I'm looking at buying a new sled here pretty soon. I know fall isn't the best time to buy but I want another sled for this winter. Right now I've got a 99 Polaris xc 700. Might stick with polaris cuz I've got a few tools specific for it. Would be nice to only need one set of tools. What would you guys recommend for that price range? Thinking Polaris edge or high mileage fusion. Probably a 600. Ive heard all the VES polaris motors have issues with the guillotine stops wearing and making contact with the pistons. The 800 motors have crank/case problems. I know skidoo are notorious for carb boots cracking and burning down. IMO firecats are sweet but seem overpriced and beat on. Yamahas are nice but most I can find are triples and I'd like to stick with a twin. Would be using the sled mostly for trail riding and "ditch banging" and sometimes ice fishing. No low snow conditions so fanner is not necessary.


----------



## swampbuck (Dec 23, 2004)

Arctic Cat


----------



## Crazy Axe (Mar 11, 2007)

swampbuck said:


> Arctic Cat


A few ZRs out there in my price range but most are older like 95 ZRTs and EXTs and stuff... Minimum for a 10 year old firecat with 7000 miles is 3g. Found a few Edge and MXZ that are in the range. Yamaha is nothing but triples.


----------



## swampbuck (Dec 23, 2004)

Crazy Axe said:


> A few ZRs out there in my price range but most are older like 95 ZRTs and EXTs and stuff... Minimum for a 10 year old firecat with 7000 miles is 3g. Found a few Edge and MXZ that are in the range. Yamaha is nothing but triples.

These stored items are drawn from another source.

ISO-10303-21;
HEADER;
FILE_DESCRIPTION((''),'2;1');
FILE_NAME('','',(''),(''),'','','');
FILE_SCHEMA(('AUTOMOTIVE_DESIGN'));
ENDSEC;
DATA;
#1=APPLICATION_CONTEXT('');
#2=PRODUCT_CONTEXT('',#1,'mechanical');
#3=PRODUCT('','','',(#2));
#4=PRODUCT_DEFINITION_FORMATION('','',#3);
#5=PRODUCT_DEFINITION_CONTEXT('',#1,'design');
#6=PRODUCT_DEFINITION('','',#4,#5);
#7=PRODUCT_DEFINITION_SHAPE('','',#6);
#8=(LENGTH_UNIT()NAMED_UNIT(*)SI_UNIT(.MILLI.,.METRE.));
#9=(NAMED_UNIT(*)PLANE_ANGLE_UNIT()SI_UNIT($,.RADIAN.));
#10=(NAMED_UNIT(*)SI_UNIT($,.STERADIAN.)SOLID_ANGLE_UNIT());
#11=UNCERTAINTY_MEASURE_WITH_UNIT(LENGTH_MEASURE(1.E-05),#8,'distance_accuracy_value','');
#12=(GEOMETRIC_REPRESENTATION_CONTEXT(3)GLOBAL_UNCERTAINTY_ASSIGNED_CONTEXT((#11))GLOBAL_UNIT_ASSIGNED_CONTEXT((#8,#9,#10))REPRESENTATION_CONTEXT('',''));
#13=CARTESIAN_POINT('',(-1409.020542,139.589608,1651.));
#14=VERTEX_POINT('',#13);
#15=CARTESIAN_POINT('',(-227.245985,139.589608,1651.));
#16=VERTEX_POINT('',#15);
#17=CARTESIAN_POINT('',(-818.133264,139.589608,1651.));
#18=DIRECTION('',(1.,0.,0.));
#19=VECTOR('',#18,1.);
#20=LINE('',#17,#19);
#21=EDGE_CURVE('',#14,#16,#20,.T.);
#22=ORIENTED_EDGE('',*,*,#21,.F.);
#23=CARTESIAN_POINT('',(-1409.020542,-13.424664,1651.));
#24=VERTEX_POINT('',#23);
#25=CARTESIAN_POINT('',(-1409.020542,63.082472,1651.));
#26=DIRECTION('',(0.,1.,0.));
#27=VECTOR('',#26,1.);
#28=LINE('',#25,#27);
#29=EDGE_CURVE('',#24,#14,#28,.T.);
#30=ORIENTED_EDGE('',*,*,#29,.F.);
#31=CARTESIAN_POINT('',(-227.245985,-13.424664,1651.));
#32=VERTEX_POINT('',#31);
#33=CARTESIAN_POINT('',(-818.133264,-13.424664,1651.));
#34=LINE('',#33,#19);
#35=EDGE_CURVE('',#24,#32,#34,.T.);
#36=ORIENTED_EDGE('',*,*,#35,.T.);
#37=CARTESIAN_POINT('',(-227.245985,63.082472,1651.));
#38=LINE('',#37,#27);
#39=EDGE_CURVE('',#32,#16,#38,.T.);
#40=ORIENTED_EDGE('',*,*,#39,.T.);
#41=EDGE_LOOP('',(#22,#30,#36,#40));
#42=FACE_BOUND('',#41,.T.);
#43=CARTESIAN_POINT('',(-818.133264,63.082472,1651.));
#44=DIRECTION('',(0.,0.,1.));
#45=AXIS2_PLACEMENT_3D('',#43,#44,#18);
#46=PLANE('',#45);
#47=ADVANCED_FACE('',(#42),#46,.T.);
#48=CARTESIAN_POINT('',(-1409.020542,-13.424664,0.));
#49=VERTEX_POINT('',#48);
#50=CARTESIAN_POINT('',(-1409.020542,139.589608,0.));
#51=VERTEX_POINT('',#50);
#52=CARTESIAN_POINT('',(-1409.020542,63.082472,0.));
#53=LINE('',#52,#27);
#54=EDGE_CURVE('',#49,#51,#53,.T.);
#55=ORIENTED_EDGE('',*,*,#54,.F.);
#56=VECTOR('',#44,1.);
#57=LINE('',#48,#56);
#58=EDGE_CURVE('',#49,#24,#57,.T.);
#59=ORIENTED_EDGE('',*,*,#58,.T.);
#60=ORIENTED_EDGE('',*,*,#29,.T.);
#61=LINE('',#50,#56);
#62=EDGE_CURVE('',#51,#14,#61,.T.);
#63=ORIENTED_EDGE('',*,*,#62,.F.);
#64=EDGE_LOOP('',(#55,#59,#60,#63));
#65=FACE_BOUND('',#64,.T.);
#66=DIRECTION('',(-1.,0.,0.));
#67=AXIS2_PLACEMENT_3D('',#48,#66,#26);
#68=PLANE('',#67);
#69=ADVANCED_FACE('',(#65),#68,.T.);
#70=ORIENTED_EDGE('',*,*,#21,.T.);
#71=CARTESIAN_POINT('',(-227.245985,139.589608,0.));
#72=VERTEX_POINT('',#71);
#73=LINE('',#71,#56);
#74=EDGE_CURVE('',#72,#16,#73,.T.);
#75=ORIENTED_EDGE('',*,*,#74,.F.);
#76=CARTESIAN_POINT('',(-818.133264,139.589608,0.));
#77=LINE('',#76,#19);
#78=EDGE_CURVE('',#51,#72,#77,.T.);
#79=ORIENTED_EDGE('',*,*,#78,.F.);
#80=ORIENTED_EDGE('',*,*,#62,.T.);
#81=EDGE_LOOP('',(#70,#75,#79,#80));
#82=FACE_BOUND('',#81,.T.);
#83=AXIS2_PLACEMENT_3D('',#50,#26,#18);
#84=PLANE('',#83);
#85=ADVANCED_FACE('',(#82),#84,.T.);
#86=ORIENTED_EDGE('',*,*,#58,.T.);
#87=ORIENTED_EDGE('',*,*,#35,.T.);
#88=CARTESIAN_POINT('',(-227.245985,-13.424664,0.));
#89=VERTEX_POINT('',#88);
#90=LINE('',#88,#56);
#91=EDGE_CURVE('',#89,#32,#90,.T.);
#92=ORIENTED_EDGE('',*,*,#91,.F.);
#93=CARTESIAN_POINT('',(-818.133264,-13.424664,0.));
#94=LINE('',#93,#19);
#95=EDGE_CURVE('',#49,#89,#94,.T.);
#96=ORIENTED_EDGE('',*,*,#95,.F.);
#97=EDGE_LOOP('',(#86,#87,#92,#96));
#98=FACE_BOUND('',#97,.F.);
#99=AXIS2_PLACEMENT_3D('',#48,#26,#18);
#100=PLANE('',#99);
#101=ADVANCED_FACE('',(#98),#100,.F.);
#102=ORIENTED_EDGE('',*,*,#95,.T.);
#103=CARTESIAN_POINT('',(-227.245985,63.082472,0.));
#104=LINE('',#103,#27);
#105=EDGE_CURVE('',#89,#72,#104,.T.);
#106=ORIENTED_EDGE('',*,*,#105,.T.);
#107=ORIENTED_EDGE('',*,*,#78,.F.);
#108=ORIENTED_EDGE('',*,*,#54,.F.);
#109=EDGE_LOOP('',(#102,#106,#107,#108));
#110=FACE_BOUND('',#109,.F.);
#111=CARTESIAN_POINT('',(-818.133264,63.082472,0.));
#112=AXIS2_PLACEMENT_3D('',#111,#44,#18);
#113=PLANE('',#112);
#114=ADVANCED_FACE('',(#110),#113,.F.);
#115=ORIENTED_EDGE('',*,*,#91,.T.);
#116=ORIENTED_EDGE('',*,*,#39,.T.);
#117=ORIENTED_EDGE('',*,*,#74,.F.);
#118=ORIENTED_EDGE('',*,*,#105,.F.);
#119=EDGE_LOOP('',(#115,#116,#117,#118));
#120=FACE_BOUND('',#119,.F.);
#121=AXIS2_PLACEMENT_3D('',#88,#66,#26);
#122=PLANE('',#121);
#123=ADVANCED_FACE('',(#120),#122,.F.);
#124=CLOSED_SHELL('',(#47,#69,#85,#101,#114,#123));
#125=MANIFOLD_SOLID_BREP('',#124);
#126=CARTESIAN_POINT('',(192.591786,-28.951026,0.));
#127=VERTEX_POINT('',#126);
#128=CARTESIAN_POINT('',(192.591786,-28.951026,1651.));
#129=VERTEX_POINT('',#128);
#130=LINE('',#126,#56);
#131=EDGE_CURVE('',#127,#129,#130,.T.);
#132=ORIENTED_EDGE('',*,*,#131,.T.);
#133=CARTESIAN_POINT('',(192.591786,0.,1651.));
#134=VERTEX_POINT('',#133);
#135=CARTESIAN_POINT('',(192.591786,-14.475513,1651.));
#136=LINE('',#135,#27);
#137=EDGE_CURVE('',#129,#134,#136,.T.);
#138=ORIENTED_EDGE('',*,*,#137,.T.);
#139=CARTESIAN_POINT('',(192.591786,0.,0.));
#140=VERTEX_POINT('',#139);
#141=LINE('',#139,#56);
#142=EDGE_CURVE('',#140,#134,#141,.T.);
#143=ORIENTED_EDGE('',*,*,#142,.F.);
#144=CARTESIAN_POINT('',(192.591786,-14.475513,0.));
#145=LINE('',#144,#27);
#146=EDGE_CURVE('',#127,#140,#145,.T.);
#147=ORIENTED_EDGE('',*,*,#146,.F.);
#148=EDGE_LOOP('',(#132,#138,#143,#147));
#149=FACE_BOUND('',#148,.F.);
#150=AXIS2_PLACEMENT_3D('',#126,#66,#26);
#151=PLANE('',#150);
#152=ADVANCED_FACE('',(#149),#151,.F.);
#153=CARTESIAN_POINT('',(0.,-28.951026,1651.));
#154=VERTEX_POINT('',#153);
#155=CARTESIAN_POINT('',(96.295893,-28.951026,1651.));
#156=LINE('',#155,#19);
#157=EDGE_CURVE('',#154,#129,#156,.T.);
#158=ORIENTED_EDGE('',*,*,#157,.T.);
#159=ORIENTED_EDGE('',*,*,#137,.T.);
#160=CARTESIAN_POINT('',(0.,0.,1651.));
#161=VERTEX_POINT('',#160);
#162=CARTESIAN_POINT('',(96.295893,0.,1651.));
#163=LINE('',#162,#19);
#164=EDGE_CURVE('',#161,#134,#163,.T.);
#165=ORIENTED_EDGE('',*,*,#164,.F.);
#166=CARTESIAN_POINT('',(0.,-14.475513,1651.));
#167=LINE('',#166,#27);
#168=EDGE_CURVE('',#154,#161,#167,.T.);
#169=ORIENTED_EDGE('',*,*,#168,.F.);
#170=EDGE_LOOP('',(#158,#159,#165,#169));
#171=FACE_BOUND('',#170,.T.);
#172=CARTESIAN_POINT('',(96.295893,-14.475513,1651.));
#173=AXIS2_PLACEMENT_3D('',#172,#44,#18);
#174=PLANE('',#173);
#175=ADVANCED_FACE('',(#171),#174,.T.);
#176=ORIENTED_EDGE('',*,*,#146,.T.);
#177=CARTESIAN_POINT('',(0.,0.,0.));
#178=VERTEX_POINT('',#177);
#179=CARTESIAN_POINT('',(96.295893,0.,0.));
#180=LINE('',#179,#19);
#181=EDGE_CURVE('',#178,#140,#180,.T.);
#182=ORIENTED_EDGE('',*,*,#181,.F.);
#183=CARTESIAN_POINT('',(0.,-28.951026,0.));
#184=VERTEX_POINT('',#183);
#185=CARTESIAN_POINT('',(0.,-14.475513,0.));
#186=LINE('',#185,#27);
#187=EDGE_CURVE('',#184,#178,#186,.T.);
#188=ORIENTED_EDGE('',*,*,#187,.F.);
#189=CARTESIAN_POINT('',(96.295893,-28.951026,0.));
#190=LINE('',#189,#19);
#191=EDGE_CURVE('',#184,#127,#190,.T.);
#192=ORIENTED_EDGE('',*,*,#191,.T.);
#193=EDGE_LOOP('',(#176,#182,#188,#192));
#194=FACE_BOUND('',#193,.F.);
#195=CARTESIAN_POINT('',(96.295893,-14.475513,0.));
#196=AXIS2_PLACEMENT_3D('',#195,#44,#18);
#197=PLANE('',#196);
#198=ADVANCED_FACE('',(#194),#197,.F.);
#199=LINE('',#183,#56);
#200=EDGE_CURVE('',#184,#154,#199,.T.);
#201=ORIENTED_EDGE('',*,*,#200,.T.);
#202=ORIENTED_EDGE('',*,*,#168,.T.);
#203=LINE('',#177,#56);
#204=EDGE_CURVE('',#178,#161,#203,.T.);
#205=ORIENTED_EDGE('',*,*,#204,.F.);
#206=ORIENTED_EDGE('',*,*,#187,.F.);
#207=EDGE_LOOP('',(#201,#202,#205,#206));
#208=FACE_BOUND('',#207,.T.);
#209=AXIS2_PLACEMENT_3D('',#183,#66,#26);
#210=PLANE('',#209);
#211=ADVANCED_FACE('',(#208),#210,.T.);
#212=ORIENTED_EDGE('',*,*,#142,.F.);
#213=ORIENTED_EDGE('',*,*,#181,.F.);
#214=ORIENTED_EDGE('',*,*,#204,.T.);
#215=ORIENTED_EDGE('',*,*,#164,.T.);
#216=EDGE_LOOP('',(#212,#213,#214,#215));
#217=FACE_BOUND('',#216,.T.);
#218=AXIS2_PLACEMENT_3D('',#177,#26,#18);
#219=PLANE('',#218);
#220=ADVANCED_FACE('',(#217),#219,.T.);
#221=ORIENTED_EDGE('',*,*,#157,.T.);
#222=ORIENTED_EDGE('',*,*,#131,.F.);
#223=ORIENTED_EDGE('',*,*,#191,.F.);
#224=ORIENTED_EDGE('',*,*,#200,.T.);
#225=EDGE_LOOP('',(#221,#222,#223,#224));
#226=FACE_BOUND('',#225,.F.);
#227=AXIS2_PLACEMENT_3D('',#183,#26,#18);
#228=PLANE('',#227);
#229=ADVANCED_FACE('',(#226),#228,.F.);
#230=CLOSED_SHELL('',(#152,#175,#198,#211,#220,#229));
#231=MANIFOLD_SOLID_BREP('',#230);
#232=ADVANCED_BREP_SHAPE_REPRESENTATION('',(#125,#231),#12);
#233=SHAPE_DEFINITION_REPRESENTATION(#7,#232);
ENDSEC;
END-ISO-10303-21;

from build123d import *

# Parameters (mm, degrees)
F0_W     = 192.591786
F0_H     = 28.951026
F0_W_2   = 1181.774557
F0_H_2   = 153.014272
F1_DEPTH = 1651


with BuildPart() as f1:
    # F0 (on Top) → F1 (new body)
    with BuildSketch(Plane.XY):
        with Locations((96.295893, -14.475513)):
            Rectangle(F0_W, F0_H)
        with Locations((-818.133264, 63.082472)):
            Rectangle(F0_W_2, F0_H_2)
    extrude(amount=F1_DEPTH)


solid = f1.part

So you are saying that they hold their value ?


----------



## Crazy Axe (Mar 11, 2007)

That could be the case... The way I see it, a 10 year old sled is a 10 year old sled. It's either going to have carb issues, clutch issues, suspension issues, chain/drive issues, or any combination of. Then again, I haven't gone to look at any of these in person to see how well the owner stayed up on maintenance or talked to them to see if they even know how to take care of a sled. 

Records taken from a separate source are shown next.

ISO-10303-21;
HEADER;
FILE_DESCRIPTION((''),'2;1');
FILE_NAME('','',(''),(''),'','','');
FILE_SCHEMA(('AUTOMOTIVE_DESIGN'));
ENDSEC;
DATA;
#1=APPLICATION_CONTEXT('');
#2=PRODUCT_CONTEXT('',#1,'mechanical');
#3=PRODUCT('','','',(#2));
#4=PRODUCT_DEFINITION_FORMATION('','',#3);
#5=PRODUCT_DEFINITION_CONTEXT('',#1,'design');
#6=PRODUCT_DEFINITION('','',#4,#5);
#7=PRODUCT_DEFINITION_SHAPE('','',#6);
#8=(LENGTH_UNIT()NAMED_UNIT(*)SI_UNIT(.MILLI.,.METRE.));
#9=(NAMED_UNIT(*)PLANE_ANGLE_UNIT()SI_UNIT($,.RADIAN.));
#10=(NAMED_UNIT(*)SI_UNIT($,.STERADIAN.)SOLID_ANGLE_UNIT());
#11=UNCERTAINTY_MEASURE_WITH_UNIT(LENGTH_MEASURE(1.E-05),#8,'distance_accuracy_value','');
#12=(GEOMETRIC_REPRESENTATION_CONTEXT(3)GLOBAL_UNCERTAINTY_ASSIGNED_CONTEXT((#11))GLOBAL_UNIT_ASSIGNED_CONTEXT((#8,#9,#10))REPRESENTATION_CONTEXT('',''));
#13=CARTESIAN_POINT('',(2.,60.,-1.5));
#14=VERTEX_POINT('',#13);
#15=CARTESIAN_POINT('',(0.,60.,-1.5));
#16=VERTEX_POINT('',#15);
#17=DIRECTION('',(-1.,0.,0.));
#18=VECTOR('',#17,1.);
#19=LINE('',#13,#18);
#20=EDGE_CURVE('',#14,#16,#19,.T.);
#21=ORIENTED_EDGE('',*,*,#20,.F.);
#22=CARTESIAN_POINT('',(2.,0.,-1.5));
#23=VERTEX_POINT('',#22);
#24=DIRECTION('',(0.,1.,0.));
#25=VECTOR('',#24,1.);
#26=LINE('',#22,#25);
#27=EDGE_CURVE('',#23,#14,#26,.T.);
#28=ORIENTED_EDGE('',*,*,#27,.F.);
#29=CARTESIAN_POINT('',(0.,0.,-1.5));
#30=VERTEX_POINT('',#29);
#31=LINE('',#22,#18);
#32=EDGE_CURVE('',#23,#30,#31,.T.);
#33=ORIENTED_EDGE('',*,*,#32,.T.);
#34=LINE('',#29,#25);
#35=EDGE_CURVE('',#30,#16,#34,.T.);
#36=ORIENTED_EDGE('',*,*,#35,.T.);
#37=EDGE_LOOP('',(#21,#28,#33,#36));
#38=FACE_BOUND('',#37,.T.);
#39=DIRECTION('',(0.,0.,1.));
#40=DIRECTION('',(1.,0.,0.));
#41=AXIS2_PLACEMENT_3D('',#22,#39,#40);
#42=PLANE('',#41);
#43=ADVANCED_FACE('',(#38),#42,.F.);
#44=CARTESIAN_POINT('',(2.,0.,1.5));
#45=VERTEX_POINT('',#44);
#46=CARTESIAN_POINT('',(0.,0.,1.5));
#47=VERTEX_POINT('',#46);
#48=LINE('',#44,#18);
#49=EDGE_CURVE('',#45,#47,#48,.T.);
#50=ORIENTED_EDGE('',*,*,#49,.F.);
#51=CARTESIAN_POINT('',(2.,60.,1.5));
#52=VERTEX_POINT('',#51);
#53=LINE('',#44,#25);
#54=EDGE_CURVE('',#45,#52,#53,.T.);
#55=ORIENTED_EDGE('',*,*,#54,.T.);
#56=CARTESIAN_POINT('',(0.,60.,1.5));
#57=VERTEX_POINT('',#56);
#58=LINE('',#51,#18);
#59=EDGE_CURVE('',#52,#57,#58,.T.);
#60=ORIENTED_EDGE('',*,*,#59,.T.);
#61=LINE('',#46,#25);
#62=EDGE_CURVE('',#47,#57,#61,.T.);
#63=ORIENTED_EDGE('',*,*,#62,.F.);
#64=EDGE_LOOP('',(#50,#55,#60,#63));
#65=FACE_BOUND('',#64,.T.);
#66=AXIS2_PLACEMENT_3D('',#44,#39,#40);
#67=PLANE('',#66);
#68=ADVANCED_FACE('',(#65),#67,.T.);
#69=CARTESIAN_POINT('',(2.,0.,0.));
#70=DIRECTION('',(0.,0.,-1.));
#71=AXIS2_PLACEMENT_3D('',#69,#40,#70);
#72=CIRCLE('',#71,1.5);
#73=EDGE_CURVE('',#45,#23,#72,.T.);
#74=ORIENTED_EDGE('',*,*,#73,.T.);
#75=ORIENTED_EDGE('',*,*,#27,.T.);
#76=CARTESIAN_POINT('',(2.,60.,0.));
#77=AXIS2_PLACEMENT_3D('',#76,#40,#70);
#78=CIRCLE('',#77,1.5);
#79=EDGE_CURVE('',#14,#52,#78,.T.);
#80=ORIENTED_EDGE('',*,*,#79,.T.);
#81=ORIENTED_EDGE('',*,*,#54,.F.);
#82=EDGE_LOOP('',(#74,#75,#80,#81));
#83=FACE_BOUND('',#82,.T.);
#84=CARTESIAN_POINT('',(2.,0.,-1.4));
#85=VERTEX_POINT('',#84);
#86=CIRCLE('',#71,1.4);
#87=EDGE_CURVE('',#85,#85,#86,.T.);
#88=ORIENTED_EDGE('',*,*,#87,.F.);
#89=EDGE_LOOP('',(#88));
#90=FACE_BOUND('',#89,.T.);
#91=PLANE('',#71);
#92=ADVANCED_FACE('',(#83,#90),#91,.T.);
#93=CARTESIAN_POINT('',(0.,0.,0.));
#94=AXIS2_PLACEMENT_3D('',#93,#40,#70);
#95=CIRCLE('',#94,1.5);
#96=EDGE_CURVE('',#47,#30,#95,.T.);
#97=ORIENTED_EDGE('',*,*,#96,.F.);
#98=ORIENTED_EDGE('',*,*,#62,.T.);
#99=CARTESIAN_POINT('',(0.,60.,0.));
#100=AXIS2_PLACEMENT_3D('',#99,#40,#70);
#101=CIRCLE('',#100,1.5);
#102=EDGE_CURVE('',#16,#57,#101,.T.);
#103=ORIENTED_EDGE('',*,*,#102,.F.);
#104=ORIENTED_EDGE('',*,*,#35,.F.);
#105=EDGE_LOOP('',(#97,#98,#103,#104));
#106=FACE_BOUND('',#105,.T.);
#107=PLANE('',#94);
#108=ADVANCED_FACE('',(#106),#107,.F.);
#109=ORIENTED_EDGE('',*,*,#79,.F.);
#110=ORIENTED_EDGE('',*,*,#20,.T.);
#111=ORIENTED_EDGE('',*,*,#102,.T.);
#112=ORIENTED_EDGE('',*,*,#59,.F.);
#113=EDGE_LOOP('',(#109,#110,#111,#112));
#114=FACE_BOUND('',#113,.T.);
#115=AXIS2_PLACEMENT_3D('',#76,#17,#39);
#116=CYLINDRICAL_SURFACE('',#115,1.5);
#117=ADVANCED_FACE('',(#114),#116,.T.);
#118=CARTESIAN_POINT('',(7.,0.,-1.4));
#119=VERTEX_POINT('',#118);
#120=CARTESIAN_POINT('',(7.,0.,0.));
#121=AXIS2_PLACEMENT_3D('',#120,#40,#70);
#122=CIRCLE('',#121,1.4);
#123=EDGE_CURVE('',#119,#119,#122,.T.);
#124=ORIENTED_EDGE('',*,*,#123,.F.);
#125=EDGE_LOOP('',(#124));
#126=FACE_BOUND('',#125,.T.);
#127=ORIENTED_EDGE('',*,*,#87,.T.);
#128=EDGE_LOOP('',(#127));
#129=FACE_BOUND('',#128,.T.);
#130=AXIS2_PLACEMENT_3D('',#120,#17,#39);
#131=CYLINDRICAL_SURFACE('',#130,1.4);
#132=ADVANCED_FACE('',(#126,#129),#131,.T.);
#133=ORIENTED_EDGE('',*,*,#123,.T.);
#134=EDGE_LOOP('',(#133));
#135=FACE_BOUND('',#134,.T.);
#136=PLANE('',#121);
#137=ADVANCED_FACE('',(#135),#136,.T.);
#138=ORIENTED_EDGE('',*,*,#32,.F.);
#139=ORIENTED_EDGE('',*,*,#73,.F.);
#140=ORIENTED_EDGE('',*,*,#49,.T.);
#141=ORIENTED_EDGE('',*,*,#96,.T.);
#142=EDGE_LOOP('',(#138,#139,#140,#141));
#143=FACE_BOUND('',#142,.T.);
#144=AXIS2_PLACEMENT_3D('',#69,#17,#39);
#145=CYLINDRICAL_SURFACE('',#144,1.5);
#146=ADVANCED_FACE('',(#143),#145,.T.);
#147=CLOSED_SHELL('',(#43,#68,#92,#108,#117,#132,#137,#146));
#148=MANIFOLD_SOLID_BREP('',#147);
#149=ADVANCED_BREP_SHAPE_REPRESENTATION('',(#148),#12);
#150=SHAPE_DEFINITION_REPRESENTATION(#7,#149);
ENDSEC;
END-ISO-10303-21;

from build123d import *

# Parameters (mm, degrees)
BOSS_EXTRUDE1_DEPTH = 2
SKETCH3_R           = 1.4
BOSS_EXTRUDE3_DEPTH = 5


with BuildPart() as part:
    # Sketch1 → Boss-Extrude1 (new body)
    with BuildSketch(Plane(origin=(0, 0, 0), x_dir=(0, 0, -1), z_dir=(1, 0, 0))):
        with BuildLine():
            Line((-1.5, 0), (-1.5, 60))
            ThreePointArc((-1.5, 60), (0, 61.5), (1.5, 60))
            Line((1.5, 60), (1.5, 0))
            ThreePointArc((1.5, 0), (0, -1.5), (-1.5, 0))
        make_face()
    extrude(amount=BOSS_EXTRUDE1_DEPTH)

    # Sketch3 → Boss-Extrude3 (add)
    with BuildSketch(Plane(origin=(2, 0, 0), x_dir=(0, 0, -1), z_dir=(1, 0, 0))):
        Circle(SKETCH3_R)
    extrude(amount=BOSS_EXTRUDE3_DEPTH)


solid = part.part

Again I'll say this, I'm not brand loyal or anything. There's lots I like about all of the manufacturers but I feel like people price stuff so high for older sleds. Then again, it is fall and not really the best time to buy.


----------



## jjlrrw (May 1, 2006)

Keep an eye out for an '04 - '06 Saber Cat, same as a fire cat except has more storage, reverse and E-start many are in better condition They come in 500, 600 and 700 all excellent motors my '05 has over 14K miles still runs great, some were carb some EFI, I would prefer EFI

Here is one in your area

http://annarbor.craigslist.org/snw/4722454946.html


----------



## Burksee (Jan 15, 2003)

I've got 2 and they've been the best trail sleds I've ever owned.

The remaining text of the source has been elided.